El maestro italiano mostró un vigor que desafía la edad, conduciendo con su habitual elegancia y una sensibilidad que realzó la esencia de esta música, descrita por él mismo como "melancólica y alegre".
El público y los filarmónicos mostraron una gran complicidad y cariño hacia el director italiano, que en su tradicional mensaje de año nuevo deseó "paz, fraternidad y amor".
El maestro italiano también dirigió a la Filarmónica en otro momento para el recuerdo, cuando en 2021 se subió al podio ante un patio de butacas vacío debido a las restricciones por la pandemia de covid.
El programa del concierto de Año Nuevo
El programa de 2025 también ha rendido homenaje a Johann Strauss hijo, una figura central de la música vienesa, con motivo del bicentenario de su nacimiento.
El concierto incluyó ocho composiciones del 'rey del vals', además del tradicional bis de 'El Danubio azul', así como piezas del resto de la saga, su padre y sus hermanos.
Austria celebrará con numerosos eventos los 200 años del nacimiento del compositor que ya en su época fue una especie de estrella pop con fama mundial.
La música de la familia Strauss "expresa melancolía y alegría", una combinación que "no es nada fácil" de interpretar de forma óptima, requiere lograr "un equilibrio especial", explicó Muti, opinando que ambos estados de ánimo son parte esencial "de la personalidad de Viena".
Mensaje de paz y belleza
Muti expresó, por otra parte, su deseo de enviar al mundo un "mensaje de paz y belleza" a través de esta música.
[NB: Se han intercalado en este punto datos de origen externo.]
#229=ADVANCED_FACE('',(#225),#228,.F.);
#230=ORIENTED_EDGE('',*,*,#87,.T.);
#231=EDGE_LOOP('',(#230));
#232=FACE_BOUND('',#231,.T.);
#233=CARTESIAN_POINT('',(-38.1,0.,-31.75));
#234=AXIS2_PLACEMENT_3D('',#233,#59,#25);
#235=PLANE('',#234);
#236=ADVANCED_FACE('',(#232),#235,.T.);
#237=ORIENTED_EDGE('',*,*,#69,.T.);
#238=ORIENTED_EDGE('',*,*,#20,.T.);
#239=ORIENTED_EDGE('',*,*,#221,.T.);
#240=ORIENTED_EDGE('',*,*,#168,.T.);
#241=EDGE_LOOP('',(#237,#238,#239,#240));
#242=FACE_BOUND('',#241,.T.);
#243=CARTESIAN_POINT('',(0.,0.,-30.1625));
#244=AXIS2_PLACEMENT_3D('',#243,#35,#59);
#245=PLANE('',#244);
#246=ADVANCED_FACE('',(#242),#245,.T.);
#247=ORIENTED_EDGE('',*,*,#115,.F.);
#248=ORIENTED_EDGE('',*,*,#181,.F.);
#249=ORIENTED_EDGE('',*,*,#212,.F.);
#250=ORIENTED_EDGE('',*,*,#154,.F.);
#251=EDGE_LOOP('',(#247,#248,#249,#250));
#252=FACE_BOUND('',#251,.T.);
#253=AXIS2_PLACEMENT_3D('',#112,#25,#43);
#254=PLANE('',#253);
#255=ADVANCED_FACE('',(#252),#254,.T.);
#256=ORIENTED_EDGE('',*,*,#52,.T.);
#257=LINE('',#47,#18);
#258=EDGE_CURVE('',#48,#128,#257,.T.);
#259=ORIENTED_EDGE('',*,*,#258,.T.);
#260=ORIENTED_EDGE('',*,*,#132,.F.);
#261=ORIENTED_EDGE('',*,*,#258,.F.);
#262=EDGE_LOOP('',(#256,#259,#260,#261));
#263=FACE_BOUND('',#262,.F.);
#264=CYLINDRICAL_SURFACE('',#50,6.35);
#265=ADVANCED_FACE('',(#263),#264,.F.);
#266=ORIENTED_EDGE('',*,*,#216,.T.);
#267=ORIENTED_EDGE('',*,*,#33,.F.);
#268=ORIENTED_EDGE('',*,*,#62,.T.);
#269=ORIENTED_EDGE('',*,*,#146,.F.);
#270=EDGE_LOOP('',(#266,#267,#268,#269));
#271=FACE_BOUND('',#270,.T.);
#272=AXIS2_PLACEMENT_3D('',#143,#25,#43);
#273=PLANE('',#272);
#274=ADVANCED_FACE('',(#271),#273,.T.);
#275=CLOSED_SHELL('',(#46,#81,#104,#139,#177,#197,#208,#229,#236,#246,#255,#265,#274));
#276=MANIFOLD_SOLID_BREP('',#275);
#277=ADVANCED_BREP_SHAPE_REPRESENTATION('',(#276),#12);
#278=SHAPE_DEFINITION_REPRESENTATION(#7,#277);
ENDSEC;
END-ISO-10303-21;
"Esperamos enviar un barco lleno de belleza y amor sobre las olas del Danubio azul", dijo. "Armonía, belleza y paz" es lo que necesita el mundo actual, añadió.
Según Muti, los políticos cometen "un error" cada vez que, al enfrentarse a situaciones económicas difíciles, lo primero que reducen son los presupuestos para la cultura.
"Nosotros, los músicos, lamentablemente somos sólo una pequeña parte del mundo. Lo que podemos contribuir a la paz, la belleza y la armonía es poco, pero muy importante. Necesitamos la música más que nunca porque es una medicina para el alma", afirmó el maestro.
"Podemos llevar un mensaje de paz desde Viena al mundo", insistió.